There is absolutely nothing in this record to put her on notice. Had she seen the approaching automobile, she had the right to assume that her husband would not pull out into its pathway.
But let us assume that, for some undisclosed reason, she should have been on notice. The law requires time for an effective protest. I assume a driver would accelerate from a dead stop at a rate of 10 to 15 miles per hour. At 10 miles per hour a vehicle moves 14.66 feet in one second; at 15 it moves 22 feet in one second. The driver’s reaction time is approximately three fourths of one second.2 Had the wife real*318ized that her husband would not “stay stopped” and warned him the very instant he started to move, allowing no reaction time on his part, he would not have had time to even apply his brakes. Again, she simply did not have time to make an effective protest.
To validate the majority opinion, we must infer (1) that the driver was guilty of some undisclosed act of negligence in advance of either running the stop sign or not staying stopped, (2) that the passenger knew or should have known of this unknowable danger, and (4) that she had time to protest against the danger.

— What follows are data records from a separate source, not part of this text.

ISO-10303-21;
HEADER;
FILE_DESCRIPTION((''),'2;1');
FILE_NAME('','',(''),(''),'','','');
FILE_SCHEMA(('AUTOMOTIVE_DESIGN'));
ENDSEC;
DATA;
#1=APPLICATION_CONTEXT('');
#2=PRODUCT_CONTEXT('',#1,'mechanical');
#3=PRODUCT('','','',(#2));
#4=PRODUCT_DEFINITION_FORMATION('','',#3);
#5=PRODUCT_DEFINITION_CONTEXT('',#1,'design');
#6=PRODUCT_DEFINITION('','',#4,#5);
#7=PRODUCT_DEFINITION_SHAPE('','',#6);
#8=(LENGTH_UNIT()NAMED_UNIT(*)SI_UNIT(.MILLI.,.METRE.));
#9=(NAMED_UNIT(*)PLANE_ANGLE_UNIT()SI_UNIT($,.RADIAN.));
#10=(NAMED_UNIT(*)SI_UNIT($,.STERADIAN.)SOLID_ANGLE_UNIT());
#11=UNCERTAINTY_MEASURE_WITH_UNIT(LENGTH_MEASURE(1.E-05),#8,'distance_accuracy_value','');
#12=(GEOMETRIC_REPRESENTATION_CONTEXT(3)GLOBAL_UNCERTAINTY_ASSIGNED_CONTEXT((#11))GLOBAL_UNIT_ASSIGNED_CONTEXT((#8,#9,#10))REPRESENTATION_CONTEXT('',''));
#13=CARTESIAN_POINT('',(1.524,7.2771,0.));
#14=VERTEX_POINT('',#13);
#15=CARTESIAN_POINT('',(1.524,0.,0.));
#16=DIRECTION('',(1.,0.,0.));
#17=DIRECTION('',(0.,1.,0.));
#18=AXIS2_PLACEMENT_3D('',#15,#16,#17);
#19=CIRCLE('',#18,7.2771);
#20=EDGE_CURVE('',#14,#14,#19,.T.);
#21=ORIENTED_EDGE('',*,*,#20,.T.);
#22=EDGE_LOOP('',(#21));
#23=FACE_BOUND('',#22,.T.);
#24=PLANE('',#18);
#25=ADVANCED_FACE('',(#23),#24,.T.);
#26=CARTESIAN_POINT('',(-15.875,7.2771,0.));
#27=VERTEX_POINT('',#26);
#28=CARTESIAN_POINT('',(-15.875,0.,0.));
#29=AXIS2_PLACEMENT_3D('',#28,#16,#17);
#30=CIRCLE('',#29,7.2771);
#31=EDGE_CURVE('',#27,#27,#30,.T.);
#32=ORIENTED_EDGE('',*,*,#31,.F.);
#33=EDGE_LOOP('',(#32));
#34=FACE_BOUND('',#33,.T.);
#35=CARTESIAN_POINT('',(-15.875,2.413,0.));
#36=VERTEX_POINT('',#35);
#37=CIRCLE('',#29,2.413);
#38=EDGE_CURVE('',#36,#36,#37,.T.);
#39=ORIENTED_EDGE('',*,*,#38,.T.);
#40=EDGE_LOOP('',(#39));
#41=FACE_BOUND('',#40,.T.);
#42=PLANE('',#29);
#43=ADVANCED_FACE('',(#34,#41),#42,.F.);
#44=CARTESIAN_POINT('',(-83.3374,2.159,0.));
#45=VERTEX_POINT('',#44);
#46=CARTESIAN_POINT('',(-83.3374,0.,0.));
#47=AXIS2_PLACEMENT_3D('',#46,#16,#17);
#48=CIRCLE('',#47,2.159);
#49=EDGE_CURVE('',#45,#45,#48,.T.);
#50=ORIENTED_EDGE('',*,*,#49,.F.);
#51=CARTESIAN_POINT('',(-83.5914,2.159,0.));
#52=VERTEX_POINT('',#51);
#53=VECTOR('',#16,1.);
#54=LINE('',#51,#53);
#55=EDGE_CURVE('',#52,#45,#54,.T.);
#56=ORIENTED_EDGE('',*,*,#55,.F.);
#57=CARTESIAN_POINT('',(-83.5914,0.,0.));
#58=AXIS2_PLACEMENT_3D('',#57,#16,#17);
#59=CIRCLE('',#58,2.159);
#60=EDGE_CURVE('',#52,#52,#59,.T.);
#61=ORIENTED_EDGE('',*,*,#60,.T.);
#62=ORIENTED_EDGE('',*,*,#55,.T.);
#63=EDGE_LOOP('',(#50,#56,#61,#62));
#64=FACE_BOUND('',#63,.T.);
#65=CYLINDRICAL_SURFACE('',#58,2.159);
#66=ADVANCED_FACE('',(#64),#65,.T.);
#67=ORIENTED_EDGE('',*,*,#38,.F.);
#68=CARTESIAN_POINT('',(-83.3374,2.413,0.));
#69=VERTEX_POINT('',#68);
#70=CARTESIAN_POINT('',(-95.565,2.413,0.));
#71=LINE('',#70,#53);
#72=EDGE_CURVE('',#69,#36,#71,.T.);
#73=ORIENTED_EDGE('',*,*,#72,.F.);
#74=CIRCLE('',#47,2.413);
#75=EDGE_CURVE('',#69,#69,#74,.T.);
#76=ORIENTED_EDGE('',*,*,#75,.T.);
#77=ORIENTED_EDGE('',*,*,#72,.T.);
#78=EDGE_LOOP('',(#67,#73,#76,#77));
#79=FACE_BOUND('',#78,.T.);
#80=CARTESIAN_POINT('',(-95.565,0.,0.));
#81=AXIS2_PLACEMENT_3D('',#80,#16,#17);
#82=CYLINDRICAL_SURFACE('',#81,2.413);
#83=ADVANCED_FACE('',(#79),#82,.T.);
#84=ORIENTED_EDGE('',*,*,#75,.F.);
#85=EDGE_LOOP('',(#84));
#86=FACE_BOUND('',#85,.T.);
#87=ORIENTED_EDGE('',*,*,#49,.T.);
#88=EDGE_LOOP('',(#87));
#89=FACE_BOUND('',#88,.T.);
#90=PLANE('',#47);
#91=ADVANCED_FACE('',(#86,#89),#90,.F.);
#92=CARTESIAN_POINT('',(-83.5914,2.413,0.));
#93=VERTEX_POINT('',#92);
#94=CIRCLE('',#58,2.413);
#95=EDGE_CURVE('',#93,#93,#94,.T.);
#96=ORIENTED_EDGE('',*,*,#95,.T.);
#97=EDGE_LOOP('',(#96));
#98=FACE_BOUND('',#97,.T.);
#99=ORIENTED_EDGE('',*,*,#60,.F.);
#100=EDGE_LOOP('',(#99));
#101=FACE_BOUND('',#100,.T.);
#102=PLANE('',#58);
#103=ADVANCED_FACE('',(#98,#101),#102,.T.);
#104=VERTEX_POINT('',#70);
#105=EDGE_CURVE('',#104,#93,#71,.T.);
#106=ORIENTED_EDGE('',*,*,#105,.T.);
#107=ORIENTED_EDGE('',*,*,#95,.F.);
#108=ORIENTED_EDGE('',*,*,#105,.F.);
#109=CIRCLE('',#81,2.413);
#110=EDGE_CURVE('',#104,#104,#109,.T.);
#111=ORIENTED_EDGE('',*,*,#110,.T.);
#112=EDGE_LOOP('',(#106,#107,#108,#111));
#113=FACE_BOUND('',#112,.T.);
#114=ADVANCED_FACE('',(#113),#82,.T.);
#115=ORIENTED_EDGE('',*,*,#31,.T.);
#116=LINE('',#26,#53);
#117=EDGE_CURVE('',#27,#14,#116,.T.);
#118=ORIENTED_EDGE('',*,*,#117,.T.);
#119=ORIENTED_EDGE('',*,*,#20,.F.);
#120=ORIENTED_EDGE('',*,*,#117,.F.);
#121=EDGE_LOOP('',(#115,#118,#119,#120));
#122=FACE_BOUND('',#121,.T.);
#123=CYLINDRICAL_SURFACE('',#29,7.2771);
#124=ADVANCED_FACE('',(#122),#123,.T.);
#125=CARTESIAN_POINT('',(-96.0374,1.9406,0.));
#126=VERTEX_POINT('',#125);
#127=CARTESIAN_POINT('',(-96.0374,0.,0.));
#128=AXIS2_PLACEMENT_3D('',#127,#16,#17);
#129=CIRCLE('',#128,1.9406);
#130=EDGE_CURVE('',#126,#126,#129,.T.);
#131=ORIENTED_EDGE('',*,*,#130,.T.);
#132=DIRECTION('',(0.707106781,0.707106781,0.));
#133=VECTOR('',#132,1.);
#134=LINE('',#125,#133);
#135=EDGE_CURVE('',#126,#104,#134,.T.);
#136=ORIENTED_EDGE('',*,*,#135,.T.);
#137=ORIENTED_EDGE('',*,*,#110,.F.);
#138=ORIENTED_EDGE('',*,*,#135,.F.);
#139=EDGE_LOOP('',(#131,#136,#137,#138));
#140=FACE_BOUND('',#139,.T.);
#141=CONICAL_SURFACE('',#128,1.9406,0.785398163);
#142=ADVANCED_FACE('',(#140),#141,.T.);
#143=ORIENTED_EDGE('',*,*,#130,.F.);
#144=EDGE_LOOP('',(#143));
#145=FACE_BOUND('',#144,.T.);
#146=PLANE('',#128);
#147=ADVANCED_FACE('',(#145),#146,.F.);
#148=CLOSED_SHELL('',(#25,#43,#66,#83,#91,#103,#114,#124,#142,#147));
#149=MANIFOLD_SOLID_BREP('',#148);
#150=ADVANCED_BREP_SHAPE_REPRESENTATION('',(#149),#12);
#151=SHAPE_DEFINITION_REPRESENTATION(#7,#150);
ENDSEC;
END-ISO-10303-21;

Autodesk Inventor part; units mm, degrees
sketch "Sketch_3" plane through (0, 0, 0) normal (0, 0, 1) x (1, 0, 0)
  line L0 (0, 0) -> (-96.0374, 0)
  line L1 (-96.0374, 0) -> (-96.0374, 1.9406)
  line L2 (-96.0374, 1.9406) -> (-95.565, 2.413)
  line L3 (-95.565, 2.413) -> (0, 2.413)
  line L4 (0, 2.413) -> (0, 0)
  line L5 (0, 0) -> (-96.0374, 0)
revolve "Revolution1" add sketch "Sketch_3" angle 360 about axis through (0, 0, 0) along (1, 0, 0)
thread "Thread1" size "10-32 UNF" class "2A" standard "ANSI Unified Screw Threads" length 12.446 offset 83.5914
sketch "Sketch_17" plane through (0, 0, 0) normal (0, 0, 1) x (1, 0, 0)
  line L0 (96.0374, 0) -> (-96.0374, 0)
  line L1 (-83.5914, 2.413) -> (-83.5914, 2.159)
  line L2 (-83.5914, 2.159) -> (-83.3374, 2.159)
  line L3 (-83.3374, 2.159) -> (-83.3374, 2.413)
  line L4 (-83.3374, 2.413) -> (-83.5914, 2.413)
revolve "Revolution2" cut sketch "Sketch_17" angle 360 about axis through (96.0374, 0, 0) along (1, 0, 0)
sketch "Sketch_12" plane through (0, 0, 0) normal (0, 0, 1) x (1, 0, 0)
  line L0 (1.524, 0) -> (-15.875, 0)
  line L1 (-15.875, 0) -> (-15.875, 7.2771)
  line L2 (-15.875, 7.2771) -> (1.524, 7.2771)
  line L3 (1.524, 7.2771) -> (1.524, 0)
  line L4 (1.524, 0) -> (-15.875, 0)
revolve "Revolution3" add sketch "Sketch_12" angle 360 about axis through (1.524, 0, 0) along (1, 0, 0)
ref_plane "h1_XY" through (-96.0374, 0, 0) normal (0, 1, 0) x (1, 0, 0)
ref_plane "h1_YZ" through (-96.0374, 0, 0) normal (1, 0, 0) x (0, 0, -1)
ref_plane "h1_ZX" through (-96.0374, 0, 0) normal (0, 0, -1) x (0, 1, 0)
ref_plane "h2_XY" through (-83.3374, 0, 0) normal (0, 1, 0) x (1, 0, 0)
ref_plane "h2_YZ" through (-83.3374, 0, 0) normal (1, 0, 0) x (0, 0, -1)
ref_plane "h2_ZX" through (-83.3374, 0, 0) normal (0, 0, -1) x (0, 1, 0)
ref_plane "k1_XY" through (-96.0374, 0, -2.413) normal (0, 1, 0) x (1, 0, 0)
ref_plane "k1_YZ" through (-96.0374, 0, -2.413) normal (1, 0, 0) x (0, 0, -1)
ref_plane "k1_ZX" through (-96.0374, 0, -2.413) normal (0, 0, -1) x (0, 1, 0)
ref_plane "k2_XY" through (-96.0374, 0, 2.413) normal (0, 1, 0) x (1, 0, 0)
ref_plane "k2_YZ" through (-96.0374, 0, 2.413) normal (1, 0, 0) x (0, 0, -1)
ref_plane "k2_ZX" through (-96.0374, 0, 2.413) normal (0, 0, -1) x (0, 1, 0)
ref_plane "start_XY" through (-83.3374, 0, 0) normal (0, 1, 0) x (1, 0, 0)
ref_plane "start_YZ" through (-83.3374, 0, 0) normal (1, 0, 0) x (0, 0, -1)
ref_plane "start_ZX" through (-83.3374, 0, 0) normal (0, 0, -1) x (0, 1, 0)
ref_plane "to_prc_XY" through (-83.3374, 0, 0) normal (1, 0, 0) x (0, 0, -1)
ref_plane "to_prc_YZ" through (-83.3374, 0, 0) normal (0, 0, -1) x (0, 1, 0)
ref_plane "to_prc_ZX" through (-83.3374, 0, 0) normal (0, 1, 0) x (1, 0, 0)
ref_plane "to_rod_guide_XY" through (-96.0374, 0, 0) normal (1, 0, 0) x (0, 0, -1)
ref_plane "to_rod_guide_YZ" through (-96.0374, 0, 0) normal (0, 0, -1) x (0, 1, 0)
ref_plane "to_rod_guide_ZX" through (-96.0374, 0, 0) normal (0, 1, 0) x (1, 0, 0)
properties part number "D-75081.25-0.25XP-3.781-3pos" material "Steel"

It is only after pyramiding these unsupported inferences that contributory negligence on the part of Mrs. Pittman can be established. I am unwilling to assume that she knew of the existence of any danger and that she knew or should have known that her husband would drive into the pathway of an oncoming car and that there was reason or opportunity for effective protest.
In my view the Court of Appeals reached the correct conclusion and I would affirm.

. She testified positively that he stopped; his testimony by inference, is to the same effect. There was not a shred of evidence to the contrary.

. The driver’s reaction or “thinking” distance is ordinarily about a car length or 15 feet at 20 miles per hour. See Tennessee Driver’s Manual. At 10 miles per hour dur*318ing the reaction time an automobile would travel approximately 11 feet; at 15 approximately I6V2 feet. Either distance would terminate at or near the point of impact.